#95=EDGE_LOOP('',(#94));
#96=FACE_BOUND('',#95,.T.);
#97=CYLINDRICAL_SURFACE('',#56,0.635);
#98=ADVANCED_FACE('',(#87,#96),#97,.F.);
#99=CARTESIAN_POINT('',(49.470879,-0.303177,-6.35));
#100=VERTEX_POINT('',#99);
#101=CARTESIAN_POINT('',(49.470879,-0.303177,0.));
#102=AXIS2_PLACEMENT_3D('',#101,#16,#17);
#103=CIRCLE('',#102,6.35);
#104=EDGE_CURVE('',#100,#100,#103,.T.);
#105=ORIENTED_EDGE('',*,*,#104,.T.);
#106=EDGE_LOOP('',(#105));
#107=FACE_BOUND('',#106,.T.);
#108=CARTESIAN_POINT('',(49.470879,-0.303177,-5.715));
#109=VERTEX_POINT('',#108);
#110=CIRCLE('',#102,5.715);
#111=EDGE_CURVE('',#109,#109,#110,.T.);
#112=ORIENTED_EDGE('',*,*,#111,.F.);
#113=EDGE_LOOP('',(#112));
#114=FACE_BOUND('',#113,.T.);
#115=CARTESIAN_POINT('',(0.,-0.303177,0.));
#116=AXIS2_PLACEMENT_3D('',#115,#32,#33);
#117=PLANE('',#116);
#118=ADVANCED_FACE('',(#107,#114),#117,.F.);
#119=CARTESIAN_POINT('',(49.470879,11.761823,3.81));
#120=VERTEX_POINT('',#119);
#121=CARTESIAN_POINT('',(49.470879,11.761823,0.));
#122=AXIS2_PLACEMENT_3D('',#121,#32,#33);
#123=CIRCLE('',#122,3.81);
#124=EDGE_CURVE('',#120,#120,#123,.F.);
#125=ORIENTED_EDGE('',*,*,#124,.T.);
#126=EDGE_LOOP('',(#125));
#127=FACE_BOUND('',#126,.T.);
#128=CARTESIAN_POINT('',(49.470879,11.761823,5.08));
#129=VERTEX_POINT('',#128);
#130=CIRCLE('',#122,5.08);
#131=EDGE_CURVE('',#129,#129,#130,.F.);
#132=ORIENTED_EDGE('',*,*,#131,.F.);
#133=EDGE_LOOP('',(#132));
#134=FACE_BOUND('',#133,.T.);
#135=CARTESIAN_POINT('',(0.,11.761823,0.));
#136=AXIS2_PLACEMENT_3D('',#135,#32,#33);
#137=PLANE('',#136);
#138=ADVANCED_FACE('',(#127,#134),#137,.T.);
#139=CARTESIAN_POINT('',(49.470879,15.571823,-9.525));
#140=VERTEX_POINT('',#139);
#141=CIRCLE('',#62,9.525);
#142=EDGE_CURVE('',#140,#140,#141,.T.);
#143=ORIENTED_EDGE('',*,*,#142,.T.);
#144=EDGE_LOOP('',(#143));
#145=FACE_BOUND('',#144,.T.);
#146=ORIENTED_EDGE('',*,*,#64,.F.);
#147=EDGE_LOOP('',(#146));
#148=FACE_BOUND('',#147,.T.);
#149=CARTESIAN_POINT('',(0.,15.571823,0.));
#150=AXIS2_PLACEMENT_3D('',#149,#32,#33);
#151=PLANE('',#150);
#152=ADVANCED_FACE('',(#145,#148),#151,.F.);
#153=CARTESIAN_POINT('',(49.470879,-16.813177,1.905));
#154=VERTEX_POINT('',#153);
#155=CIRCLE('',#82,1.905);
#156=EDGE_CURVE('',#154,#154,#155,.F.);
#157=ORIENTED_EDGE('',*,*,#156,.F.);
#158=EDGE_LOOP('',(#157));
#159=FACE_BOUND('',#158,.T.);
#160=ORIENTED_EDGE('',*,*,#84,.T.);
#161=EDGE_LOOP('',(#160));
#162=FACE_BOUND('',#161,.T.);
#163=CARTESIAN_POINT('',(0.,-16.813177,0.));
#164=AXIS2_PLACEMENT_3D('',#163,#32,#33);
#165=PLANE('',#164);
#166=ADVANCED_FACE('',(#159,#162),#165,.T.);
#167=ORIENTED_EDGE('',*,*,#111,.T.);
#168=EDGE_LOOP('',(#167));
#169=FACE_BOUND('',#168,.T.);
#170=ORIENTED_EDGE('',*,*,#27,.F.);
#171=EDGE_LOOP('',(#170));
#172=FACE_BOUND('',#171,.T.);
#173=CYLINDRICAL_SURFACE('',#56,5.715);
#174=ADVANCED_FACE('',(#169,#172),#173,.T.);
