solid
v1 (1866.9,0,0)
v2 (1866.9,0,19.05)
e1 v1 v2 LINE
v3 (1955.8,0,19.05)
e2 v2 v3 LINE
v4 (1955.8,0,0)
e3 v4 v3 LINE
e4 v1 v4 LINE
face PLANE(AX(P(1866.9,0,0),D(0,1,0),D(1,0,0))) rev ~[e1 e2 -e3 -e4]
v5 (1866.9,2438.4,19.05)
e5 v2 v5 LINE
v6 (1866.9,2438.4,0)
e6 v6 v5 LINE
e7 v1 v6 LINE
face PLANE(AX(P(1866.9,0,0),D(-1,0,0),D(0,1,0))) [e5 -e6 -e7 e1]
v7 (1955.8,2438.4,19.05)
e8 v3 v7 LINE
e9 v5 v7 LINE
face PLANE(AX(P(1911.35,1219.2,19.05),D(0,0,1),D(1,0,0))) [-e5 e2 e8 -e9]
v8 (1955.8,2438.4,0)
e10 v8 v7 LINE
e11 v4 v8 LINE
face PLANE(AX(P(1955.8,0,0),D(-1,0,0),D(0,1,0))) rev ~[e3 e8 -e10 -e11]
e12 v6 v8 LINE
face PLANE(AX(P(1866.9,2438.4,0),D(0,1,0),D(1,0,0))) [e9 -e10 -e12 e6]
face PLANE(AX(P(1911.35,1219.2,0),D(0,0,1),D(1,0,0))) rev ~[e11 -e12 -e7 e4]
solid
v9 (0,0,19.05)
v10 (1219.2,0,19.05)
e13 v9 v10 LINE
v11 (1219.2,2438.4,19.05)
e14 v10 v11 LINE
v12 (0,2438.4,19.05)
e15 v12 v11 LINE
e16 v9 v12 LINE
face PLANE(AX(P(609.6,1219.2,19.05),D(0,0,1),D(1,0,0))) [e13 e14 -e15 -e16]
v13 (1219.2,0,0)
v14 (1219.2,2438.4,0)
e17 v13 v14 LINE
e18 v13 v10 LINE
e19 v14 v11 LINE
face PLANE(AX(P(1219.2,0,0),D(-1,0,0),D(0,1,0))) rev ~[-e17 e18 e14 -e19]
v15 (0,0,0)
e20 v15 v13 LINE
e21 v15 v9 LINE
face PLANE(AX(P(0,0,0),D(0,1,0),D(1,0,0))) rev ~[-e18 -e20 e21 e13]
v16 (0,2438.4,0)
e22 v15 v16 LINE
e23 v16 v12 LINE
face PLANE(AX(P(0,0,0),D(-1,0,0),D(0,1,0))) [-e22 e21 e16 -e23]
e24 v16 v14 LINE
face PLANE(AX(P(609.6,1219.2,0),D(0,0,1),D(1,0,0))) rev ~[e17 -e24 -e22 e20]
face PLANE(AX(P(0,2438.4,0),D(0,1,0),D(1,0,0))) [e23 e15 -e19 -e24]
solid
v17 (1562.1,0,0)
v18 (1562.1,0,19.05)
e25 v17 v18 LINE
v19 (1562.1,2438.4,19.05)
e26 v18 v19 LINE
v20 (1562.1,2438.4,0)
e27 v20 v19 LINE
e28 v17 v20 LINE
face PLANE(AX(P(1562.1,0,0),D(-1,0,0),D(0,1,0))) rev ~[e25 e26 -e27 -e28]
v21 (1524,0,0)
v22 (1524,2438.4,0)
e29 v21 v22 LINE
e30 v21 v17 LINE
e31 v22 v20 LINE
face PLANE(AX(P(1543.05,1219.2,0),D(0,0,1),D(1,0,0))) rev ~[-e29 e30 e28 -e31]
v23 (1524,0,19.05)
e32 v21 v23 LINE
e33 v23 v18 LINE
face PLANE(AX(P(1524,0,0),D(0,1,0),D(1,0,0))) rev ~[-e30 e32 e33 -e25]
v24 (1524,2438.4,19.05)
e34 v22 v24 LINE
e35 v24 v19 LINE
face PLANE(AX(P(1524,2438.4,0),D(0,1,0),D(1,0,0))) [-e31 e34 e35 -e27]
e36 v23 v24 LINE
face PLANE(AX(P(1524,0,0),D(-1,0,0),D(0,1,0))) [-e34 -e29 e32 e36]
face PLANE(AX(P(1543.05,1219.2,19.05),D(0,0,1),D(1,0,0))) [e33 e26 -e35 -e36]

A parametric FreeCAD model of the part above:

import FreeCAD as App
import Part
import Sketcher
from FreeCAD import Vector
Q = App.Units.Quantity

doc = App.newDocument("Part")
body = doc.addObject("PartDesign::Body", "Body")
body.AllowCompound = True

# Sketch on XY plane
sketch1 = body.newObject("Sketcher::SketchObject", "Sketch")
sketch1.AttachmentSupport = (doc.getObject("XY_Plane"), [""])
sketch1.MapMode = "FlatFace"
sketch1.addGeometry([
    Part.LineSegment(Vector(0, 2438, 0), Vector(0, 0, 0)),  # 0
    Part.LineSegment(Vector(0, 0, 0), Vector(1219, 0, 0)),  # 1
    Part.LineSegment(Vector(1219, 0, 0), Vector(1219, 2438, 0)),  # 2
    Part.LineSegment(Vector(1219, 2438, 0), Vector(0, 2438, 0)),  # 3
    Part.LineSegment(Vector(1524, 2438, 0), Vector(1524, 0, 0)),  # 4
    Part.LineSegment(Vector(1524, 0, 0), Vector(1562, 0, 0)),  # 5
    Part.LineSegment(Vector(1562, 0, 0), Vector(1562, 2438, 0)),  # 6
    Part.LineSegment(Vector(1562, 2438, 0), Vector(1524, 2438, 0)),  # 7
    Part.LineSegment(Vector(1867, 2438, 0), Vector(1867, 0, 0)),  # 8
    Part.LineSegment(Vector(1867, 0, 0), Vector(1956, 0, 0)),  # 9
    Part.LineSegment(Vector(1956, 0, 0), Vector(1956, 2438, 0)),  # 10
    Part.LineSegment(Vector(1956, 2438, 0), Vector(1867, 2438, 0)),  # 11
], False)
sketch1.addConstraint([
    Sketcher.Constraint("Coincident", 0, 2, 1, 1),
    Sketcher.Constraint("Coincident", 1, 2, 2, 1),
    Sketcher.Constraint("Coincident", 2, 2, 3, 1),
    Sketcher.Constraint("Coincident", 3, 2, 0, 1),
    Sketcher.Constraint("Coincident", 4, 2, 5, 1),
    Sketcher.Constraint("Coincident", 5, 2, 6, 1),
    Sketcher.Constraint("Coincident", 6, 2, 7, 1),
    Sketcher.Constraint("Coincident", 7, 2, 4, 1),
    Sketcher.Constraint("Coincident", 8, 2, 9, 1),
    Sketcher.Constraint("Coincident", 9, 2, 10, 1),
    Sketcher.Constraint("Coincident", 10, 2, 11, 1),
    Sketcher.Constraint("Coincident", 11, 2, 8, 1),
    Sketcher.Constraint("Vertical", 0),
    Sketcher.Constraint("Horizontal", 1),
    Sketcher.Constraint("Vertical", 2),
    Sketcher.Constraint("Horizontal", 3),
    Sketcher.Constraint("Vertical", 4),
    Sketcher.Constraint("Horizontal", 5),
    Sketcher.Constraint("Vertical", 6),
    Sketcher.Constraint("Horizontal", 7),
    Sketcher.Constraint("Vertical", 8),
    Sketcher.Constraint("Horizontal", 9),
    Sketcher.Constraint("Vertical", 10),
    Sketcher.Constraint("Horizontal", 11),
    Sketcher.Constraint("Coincident", 0, 2, -1, 1),
    Sketcher.Constraint("PointOnObject", 4, 2, -1),
    Sketcher.Constraint("PointOnObject", 8, 2, -1),
    Sketcher.Constraint("Horizontal", 3, 2, 6, 2),
    Sketcher.Constraint("Horizontal", 7, 2, 10, 2),
    Sketcher.Constraint("DistanceX", 1, 1, 1, 2, Q("48 in")),
    Sketcher.Constraint("DistanceY", 0, 2, 0, 1, Q("96 in")),
    Sketcher.Constraint("DistanceX", 5, 1, 5, 2, Q("1.5 in")),
    Sketcher.Constraint("DistanceX", 9, 1, 9, 2, Q("3.5 in")),
    Sketcher.Constraint("DistanceX", -1, 1, 4, 2, Q("60 in")),
    Sketcher.Constraint("DistanceX", -1, 1, 9, 2, Q("77 in")),
])
pad1 = body.newObject("PartDesign::Pad", "Pad")
pad1.Profile = sketch1
pad1.Length = Q("0.75 in")

doc.recompute()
------
EXERCISE PROMPT |
Every line above in which the word "CIRCLE" occurs is to be copied.

OUTPUT BELOW |
#103=CIRCLE('',#102,6.35);
#110=CIRCLE('',#102,5.715);
#123=CIRCLE('',#122,3.81);
#130=CIRCLE('',#122,5.08);
#141=CIRCLE('',#62,9.525);
#155=CIRCLE('',#82,1.905);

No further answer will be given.